> **Problem description**:
Could you print exactly the lines of the listing below, starting at the line that has "#364=EDGE_LOOP('',(#360,#361,#362,#363));" and ending at the line that has "FreeCAD Python script", and only those lines?

> **The input**:

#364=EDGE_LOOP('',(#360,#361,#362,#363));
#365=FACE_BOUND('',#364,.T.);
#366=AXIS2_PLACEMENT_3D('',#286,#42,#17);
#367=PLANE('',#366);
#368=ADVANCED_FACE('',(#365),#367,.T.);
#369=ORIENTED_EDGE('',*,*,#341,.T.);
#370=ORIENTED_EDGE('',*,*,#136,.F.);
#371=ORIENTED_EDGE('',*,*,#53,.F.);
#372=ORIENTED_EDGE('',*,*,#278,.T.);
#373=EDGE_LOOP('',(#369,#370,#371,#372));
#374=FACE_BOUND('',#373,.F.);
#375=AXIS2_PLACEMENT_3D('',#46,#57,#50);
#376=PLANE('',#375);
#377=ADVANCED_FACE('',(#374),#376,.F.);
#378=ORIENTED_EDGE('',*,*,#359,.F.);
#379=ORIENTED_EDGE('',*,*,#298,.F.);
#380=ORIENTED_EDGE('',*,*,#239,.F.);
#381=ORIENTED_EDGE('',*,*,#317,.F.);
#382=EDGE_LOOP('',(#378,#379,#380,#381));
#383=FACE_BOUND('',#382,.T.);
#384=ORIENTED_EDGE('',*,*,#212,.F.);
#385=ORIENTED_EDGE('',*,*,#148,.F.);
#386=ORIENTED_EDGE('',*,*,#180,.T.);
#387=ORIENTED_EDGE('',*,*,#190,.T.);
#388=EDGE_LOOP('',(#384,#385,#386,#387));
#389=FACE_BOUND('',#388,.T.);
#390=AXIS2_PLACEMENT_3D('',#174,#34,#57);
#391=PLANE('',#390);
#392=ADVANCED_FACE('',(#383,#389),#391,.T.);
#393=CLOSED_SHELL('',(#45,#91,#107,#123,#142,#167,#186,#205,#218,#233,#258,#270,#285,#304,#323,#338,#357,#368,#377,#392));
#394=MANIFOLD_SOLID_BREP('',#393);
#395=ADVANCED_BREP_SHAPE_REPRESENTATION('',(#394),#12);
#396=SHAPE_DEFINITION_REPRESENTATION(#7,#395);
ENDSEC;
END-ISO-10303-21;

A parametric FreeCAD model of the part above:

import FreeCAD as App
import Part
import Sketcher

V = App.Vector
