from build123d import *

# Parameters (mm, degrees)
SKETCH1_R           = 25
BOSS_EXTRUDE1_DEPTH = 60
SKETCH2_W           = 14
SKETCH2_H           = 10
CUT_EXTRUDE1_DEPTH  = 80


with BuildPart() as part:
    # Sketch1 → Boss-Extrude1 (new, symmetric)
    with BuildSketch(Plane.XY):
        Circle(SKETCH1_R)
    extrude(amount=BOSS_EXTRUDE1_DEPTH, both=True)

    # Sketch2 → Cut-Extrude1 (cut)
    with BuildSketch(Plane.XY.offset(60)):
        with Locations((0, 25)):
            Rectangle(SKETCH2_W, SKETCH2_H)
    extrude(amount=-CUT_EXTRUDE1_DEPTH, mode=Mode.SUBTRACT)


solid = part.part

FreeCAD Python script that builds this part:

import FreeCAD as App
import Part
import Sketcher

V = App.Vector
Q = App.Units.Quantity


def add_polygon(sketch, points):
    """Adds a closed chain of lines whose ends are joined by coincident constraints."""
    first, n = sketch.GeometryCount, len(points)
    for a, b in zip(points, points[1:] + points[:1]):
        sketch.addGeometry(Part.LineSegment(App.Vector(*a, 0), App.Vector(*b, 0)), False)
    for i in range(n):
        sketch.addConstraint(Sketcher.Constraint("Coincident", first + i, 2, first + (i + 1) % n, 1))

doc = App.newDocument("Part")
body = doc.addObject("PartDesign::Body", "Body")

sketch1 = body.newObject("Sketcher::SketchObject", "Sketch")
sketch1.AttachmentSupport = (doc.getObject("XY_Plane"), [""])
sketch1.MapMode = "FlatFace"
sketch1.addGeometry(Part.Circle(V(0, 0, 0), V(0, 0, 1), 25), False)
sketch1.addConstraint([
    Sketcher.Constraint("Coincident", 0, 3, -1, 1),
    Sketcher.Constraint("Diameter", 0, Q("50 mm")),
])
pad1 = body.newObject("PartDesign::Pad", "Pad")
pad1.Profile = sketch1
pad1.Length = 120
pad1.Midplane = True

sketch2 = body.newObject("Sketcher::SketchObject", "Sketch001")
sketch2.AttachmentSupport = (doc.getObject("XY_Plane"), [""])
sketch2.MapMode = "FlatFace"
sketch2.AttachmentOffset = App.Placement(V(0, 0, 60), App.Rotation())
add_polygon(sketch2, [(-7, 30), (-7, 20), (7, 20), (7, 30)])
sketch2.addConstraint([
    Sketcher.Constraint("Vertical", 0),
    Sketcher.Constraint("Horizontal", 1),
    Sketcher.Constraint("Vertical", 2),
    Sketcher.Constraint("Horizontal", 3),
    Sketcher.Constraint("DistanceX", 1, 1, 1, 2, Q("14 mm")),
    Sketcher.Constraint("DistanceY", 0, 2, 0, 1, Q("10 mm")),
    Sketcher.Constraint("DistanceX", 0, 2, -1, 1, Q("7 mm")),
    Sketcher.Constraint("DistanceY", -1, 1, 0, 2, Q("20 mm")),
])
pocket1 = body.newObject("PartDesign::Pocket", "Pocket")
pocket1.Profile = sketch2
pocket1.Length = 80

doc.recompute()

---

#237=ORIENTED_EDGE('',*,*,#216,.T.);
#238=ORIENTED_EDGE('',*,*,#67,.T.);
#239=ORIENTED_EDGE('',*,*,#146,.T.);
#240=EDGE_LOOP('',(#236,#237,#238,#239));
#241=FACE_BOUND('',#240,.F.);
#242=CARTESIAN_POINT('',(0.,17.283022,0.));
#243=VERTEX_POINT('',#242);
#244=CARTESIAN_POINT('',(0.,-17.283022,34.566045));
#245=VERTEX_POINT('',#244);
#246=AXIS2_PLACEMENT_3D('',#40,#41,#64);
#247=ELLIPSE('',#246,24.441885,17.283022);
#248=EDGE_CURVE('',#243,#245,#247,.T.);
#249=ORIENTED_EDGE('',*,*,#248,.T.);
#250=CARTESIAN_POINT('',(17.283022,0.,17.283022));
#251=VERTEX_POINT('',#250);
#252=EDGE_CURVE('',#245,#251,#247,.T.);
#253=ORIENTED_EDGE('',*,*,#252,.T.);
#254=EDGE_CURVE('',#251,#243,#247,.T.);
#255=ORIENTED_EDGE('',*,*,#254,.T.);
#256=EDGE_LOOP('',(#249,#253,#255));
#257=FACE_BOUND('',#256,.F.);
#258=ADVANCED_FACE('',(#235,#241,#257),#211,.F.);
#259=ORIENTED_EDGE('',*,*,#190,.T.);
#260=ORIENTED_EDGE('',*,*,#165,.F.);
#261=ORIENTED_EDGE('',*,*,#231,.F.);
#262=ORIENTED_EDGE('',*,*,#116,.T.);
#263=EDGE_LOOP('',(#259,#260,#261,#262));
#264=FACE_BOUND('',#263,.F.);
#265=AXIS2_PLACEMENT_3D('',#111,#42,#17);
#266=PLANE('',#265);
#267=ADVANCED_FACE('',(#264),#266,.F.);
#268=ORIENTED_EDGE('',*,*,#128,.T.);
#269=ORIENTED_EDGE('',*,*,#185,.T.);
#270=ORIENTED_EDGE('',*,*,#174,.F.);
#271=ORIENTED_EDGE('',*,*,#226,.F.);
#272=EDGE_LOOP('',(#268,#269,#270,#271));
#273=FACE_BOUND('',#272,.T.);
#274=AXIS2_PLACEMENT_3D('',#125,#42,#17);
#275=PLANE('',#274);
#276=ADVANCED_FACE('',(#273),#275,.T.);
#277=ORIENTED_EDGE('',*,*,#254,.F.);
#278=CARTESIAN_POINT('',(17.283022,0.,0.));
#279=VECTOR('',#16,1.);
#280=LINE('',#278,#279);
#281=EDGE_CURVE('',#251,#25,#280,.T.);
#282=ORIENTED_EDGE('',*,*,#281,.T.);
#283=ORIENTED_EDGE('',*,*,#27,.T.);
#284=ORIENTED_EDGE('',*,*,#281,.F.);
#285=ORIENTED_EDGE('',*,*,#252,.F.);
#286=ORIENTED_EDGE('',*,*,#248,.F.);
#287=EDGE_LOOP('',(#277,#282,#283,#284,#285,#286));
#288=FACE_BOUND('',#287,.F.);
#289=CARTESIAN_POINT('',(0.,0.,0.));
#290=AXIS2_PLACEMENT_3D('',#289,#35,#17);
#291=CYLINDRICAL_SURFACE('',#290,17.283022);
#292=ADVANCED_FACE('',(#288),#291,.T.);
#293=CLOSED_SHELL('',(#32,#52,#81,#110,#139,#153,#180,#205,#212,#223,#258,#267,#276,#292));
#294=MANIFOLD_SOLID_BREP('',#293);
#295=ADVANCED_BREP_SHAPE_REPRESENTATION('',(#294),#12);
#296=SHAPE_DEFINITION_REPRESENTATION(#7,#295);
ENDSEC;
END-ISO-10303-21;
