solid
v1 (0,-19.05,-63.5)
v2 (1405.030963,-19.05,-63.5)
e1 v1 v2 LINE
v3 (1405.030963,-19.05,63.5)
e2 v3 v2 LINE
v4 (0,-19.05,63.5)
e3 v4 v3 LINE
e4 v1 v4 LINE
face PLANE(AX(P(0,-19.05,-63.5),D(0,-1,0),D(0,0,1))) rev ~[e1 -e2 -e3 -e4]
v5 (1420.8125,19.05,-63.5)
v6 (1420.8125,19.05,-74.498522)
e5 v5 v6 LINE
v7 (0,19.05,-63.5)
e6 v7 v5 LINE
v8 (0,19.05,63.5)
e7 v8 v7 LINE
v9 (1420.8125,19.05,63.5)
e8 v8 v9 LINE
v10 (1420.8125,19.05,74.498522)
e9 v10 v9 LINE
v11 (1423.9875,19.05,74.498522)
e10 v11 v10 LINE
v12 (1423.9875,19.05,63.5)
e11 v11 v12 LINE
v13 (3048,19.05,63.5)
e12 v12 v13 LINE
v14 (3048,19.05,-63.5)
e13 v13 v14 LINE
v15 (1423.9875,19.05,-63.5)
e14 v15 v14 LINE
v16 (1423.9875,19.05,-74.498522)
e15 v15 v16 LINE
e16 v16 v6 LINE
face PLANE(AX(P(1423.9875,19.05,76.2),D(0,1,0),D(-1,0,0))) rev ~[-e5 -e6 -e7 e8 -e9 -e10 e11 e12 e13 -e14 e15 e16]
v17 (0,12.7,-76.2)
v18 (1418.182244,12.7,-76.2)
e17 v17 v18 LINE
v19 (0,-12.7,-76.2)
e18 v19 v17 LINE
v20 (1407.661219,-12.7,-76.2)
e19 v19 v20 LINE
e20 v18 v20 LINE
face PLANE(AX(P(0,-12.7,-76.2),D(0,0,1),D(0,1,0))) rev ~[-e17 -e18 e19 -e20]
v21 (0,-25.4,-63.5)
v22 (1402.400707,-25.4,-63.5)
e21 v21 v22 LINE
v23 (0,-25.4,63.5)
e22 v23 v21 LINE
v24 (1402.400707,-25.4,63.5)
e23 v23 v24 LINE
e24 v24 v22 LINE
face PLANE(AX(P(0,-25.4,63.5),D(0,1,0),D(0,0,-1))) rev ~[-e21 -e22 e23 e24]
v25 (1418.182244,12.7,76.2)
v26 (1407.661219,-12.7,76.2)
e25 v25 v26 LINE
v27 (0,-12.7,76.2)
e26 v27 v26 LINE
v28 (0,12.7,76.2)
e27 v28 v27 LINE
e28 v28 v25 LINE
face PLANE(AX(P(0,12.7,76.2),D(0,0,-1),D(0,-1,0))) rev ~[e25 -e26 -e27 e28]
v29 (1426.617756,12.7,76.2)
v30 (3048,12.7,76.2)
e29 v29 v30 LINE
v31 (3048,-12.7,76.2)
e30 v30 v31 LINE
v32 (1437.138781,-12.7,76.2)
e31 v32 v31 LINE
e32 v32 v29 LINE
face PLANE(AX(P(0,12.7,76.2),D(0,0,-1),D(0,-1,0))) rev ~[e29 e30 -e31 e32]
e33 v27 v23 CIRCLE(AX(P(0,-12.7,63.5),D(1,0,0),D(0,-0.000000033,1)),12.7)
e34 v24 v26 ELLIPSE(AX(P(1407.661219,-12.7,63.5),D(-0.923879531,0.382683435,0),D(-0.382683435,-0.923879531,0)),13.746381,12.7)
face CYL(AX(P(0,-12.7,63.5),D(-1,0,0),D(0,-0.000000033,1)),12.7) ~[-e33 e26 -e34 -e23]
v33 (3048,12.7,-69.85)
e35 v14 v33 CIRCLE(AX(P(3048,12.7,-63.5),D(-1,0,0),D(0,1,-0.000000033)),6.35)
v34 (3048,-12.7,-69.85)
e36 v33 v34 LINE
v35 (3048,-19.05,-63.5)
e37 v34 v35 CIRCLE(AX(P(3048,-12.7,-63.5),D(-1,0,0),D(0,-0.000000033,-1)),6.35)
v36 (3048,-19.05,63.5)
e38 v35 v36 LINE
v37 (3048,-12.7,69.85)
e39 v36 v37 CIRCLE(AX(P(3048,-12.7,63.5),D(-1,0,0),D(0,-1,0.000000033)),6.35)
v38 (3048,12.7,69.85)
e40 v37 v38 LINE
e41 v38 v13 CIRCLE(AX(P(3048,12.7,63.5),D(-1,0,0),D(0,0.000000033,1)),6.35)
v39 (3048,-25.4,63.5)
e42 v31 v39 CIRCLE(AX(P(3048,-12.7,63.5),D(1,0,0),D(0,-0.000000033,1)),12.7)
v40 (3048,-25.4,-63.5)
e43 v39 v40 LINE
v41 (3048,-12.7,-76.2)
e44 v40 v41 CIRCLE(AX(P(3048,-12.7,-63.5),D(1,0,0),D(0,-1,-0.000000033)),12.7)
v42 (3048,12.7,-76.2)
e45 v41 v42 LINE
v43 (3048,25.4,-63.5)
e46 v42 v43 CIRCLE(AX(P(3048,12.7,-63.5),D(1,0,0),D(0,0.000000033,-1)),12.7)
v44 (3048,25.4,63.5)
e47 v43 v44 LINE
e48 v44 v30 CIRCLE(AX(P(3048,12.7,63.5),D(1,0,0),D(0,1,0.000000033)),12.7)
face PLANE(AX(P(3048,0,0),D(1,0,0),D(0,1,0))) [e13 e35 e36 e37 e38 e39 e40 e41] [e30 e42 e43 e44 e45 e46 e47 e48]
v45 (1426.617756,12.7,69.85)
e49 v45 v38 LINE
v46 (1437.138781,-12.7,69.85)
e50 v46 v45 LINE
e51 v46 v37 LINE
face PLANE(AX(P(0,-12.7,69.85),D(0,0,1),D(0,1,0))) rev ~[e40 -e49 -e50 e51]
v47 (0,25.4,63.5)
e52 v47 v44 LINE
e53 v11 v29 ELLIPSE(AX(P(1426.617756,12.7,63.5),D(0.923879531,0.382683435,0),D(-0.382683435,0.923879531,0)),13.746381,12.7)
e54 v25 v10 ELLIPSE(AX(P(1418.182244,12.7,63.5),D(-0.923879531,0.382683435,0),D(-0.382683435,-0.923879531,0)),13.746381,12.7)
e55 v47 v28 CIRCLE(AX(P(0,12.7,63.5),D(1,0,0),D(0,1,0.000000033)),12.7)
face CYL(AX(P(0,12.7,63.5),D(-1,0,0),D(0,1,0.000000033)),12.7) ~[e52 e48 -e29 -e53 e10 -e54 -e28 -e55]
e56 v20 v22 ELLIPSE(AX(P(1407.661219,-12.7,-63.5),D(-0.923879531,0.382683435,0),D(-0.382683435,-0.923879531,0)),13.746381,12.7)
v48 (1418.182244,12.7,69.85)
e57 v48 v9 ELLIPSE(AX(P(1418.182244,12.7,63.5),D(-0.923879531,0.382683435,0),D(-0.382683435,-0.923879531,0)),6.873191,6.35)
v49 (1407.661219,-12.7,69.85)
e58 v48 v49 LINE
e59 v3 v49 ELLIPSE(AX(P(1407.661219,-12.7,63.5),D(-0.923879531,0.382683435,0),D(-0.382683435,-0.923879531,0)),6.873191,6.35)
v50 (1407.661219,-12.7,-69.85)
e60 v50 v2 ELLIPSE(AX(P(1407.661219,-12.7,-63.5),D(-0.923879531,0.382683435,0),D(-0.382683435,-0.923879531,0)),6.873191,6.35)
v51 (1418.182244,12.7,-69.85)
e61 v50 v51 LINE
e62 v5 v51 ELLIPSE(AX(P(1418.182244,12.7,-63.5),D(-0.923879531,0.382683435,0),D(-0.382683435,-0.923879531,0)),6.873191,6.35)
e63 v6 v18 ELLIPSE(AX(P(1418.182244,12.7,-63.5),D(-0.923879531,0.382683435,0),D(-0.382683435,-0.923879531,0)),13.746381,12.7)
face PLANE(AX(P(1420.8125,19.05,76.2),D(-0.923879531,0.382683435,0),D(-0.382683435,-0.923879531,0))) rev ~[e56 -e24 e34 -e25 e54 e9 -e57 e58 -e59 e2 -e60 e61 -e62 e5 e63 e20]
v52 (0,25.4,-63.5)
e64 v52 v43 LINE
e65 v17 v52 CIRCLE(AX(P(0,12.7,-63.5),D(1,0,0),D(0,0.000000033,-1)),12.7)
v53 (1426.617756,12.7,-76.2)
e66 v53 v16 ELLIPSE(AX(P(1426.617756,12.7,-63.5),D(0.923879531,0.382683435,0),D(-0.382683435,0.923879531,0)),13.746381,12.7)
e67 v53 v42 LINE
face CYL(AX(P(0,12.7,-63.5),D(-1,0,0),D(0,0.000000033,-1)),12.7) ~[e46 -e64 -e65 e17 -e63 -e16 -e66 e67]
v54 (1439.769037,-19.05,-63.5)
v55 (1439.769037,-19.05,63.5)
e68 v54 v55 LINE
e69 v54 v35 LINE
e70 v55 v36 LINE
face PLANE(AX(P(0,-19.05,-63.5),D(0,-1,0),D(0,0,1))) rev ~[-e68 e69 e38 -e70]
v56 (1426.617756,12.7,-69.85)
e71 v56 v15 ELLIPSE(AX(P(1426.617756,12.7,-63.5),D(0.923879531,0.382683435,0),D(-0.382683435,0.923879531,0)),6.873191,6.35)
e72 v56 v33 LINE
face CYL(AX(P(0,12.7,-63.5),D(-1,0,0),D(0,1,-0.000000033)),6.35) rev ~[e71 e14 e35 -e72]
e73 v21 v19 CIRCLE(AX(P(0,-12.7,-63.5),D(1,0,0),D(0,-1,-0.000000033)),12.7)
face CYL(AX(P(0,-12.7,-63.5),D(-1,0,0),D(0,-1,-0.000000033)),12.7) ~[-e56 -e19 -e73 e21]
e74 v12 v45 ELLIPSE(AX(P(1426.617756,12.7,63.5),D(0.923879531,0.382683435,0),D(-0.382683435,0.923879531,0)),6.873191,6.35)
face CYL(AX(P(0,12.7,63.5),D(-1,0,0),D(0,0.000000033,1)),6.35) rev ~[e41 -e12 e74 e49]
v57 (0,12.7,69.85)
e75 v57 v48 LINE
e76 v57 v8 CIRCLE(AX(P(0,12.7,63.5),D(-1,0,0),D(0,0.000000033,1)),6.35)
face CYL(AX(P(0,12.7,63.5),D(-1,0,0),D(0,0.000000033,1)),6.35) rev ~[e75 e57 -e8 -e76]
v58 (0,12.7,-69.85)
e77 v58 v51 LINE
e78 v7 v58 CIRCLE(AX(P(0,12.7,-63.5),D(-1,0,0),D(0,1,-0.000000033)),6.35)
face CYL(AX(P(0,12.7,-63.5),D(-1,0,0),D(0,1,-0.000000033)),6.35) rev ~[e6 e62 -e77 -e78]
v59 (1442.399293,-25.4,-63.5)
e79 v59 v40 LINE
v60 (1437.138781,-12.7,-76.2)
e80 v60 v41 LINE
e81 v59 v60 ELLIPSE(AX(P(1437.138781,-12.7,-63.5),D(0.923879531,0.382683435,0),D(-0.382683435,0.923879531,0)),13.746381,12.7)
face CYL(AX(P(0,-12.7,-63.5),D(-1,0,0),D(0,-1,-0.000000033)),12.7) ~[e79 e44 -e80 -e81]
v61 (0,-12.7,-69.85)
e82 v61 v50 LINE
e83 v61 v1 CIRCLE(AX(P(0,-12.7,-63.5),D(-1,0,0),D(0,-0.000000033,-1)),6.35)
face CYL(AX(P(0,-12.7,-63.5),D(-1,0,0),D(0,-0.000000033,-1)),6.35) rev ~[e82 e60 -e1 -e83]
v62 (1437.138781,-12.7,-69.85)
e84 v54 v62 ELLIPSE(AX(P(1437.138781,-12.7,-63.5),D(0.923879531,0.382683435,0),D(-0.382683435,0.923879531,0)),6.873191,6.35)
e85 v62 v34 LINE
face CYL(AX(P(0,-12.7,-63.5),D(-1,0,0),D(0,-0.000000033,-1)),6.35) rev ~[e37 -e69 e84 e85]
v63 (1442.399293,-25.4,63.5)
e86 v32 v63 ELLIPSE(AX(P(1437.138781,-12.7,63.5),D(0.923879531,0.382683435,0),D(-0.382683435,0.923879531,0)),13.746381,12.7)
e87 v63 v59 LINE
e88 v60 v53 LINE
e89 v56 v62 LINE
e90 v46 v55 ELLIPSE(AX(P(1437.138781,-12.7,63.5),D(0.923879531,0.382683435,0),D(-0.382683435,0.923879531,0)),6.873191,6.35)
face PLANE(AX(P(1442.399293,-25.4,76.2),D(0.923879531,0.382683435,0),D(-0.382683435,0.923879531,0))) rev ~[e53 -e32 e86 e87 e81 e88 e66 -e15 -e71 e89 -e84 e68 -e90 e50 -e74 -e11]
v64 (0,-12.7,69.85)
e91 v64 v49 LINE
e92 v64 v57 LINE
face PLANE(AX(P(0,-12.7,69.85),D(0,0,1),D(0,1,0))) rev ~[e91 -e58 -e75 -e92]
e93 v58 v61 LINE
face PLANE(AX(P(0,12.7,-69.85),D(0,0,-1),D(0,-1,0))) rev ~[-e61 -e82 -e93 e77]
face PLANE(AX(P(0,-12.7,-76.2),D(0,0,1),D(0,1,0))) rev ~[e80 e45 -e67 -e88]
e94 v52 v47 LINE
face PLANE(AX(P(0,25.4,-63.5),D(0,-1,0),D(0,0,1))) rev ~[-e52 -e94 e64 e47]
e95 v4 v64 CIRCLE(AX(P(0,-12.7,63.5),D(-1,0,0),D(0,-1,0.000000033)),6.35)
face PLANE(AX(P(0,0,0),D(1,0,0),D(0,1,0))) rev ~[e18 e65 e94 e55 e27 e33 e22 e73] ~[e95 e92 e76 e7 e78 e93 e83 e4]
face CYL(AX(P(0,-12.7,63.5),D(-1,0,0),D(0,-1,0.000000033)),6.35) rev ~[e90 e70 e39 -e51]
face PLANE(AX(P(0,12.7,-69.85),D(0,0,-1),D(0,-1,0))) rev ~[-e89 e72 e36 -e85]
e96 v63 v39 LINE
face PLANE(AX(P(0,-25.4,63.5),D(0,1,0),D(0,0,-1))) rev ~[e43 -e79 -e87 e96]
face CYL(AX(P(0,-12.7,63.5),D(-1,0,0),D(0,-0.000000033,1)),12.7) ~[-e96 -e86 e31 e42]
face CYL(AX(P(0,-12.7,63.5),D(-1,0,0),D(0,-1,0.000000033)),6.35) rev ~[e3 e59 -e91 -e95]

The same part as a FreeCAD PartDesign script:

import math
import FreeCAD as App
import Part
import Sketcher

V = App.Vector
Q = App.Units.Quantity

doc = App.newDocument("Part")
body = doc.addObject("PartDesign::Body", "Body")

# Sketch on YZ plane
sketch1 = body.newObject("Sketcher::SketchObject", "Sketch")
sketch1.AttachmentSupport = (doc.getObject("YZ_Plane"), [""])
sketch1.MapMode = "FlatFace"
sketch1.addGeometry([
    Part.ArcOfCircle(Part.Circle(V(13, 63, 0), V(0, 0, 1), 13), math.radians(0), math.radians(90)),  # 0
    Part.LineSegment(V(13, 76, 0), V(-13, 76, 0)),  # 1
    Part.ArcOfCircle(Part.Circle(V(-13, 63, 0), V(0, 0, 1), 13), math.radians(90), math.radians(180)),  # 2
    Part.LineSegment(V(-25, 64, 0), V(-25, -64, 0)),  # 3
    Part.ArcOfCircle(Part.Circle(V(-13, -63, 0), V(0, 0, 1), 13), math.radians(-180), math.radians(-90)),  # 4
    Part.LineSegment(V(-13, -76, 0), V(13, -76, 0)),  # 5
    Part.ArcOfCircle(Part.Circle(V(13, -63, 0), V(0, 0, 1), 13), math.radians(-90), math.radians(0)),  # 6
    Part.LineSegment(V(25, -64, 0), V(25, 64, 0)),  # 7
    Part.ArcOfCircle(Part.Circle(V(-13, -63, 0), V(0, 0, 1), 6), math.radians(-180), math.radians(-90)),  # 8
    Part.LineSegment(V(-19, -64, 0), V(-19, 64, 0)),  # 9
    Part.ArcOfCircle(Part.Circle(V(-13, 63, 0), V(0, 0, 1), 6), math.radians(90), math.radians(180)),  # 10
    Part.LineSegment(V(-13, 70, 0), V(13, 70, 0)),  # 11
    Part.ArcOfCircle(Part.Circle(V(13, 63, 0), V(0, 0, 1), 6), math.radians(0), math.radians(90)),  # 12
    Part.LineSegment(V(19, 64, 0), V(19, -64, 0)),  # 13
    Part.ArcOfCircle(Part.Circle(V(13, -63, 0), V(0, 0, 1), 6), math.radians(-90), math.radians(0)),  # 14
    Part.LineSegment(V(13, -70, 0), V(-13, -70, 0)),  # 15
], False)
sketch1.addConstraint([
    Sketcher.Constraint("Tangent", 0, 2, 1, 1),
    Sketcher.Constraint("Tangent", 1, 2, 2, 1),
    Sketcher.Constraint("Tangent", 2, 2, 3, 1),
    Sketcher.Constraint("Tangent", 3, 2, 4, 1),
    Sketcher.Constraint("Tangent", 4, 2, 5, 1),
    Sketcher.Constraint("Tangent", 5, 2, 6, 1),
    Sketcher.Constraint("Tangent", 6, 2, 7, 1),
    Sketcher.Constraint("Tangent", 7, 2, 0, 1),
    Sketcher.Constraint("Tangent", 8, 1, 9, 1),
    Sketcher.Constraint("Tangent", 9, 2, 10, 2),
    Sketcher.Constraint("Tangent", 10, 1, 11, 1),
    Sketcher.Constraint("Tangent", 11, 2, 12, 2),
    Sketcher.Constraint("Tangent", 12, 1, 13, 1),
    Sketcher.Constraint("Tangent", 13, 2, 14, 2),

> **Solved exercise**:
#364=EDGE_LOOP('',(#360,#361,#362,#363));
#365=FACE_BOUND('',#364,.T.);
#366=AXIS2_PLACEMENT_3D('',#286,#42,#17);
#367=PLANE('',#366);
#368=ADVANCED_FACE('',(#365),#367,.T.);
#369=ORIENTED_EDGE('',*,*,#341,.T.);
#370=ORIENTED_EDGE('',*,*,#136,.F.);
#371=ORIENTED_EDGE('',*,*,#53,.F.);
#372=ORIENTED_EDGE('',*,*,#278,.T.);
#373=EDGE_LOOP('',(#369,#370,#371,#372));
#374=FACE_BOUND('',#373,.F.);
#375=AXIS2_PLACEMENT_3D('',#46,#57,#50);
#376=PLANE('',#375);
#377=ADVANCED_FACE('',(#374),#376,.F.);
#378=ORIENTED_EDGE('',*,*,#359,.F.);
#379=ORIENTED_EDGE('',*,*,#298,.F.);
#380=ORIENTED_EDGE('',*,*,#239,.F.);
#381=ORIENTED_EDGE('',*,*,#317,.F.);
#382=EDGE_LOOP('',(#378,#379,#380,#381));
#383=FACE_BOUND('',#382,.T.);
#384=ORIENTED_EDGE('',*,*,#212,.F.);
#385=ORIENTED_EDGE('',*,*,#148,.F.);
#386=ORIENTED_EDGE('',*,*,#180,.T.);
#387=ORIENTED_EDGE('',*,*,#190,.T.);
#388=EDGE_LOOP('',(#384,#385,#386,#387));
#389=FACE_BOUND('',#388,.T.);
#390=AXIS2_PLACEMENT_3D('',#174,#34,#57);
#391=PLANE('',#390);
#392=ADVANCED_FACE('',(#383,#389),#391,.T.);
#393=CLOSED_SHELL('',(#45,#91,#107,#123,#142,#167,#186,#205,#218,#233,#258,#270,#285,#304,#323,#338,#357,#368,#377,#392));
#394=MANIFOLD_SOLID_BREP('',#393);
#395=ADVANCED_BREP_SHAPE_REPRESENTATION('',(#394),#12);
#396=SHAPE_DEFINITION_REPRESENTATION(#7,#395);
ENDSEC;
END-ISO-10303-21;

A parametric FreeCAD model of the part above:

import FreeCAD as App
import Part
import Sketcher

V = App.Vector
from build123d import *

# Parameters (mm, degrees)
SKETCH1_R           = 25
BOSS_EXTRUDE1_DEPTH = 60
SKETCH2_W           = 14
SKETCH2_H           = 10
CUT_EXTRUDE1_DEPTH  = 80


with BuildPart() as part:
    # Sketch1 → Boss-Extrude1 (new, symmetric)
    with BuildSketch(Plane.XY):
        Circle(SKETCH1_R)
    extrude(amount=BOSS_EXTRUDE1_DEPTH, both=True)

    # Sketch2 → Cut-Extrude1 (cut)
    with BuildSketch(Plane.XY.offset(60)):
        with Locations((0, 25)):
            Rectangle(SKETCH2_W, SKETCH2_H)
    extrude(amount=-CUT_EXTRUDE1_DEPTH, mode=Mode.SUBTRACT)


solid = part.part

FreeCAD Python script that builds this part:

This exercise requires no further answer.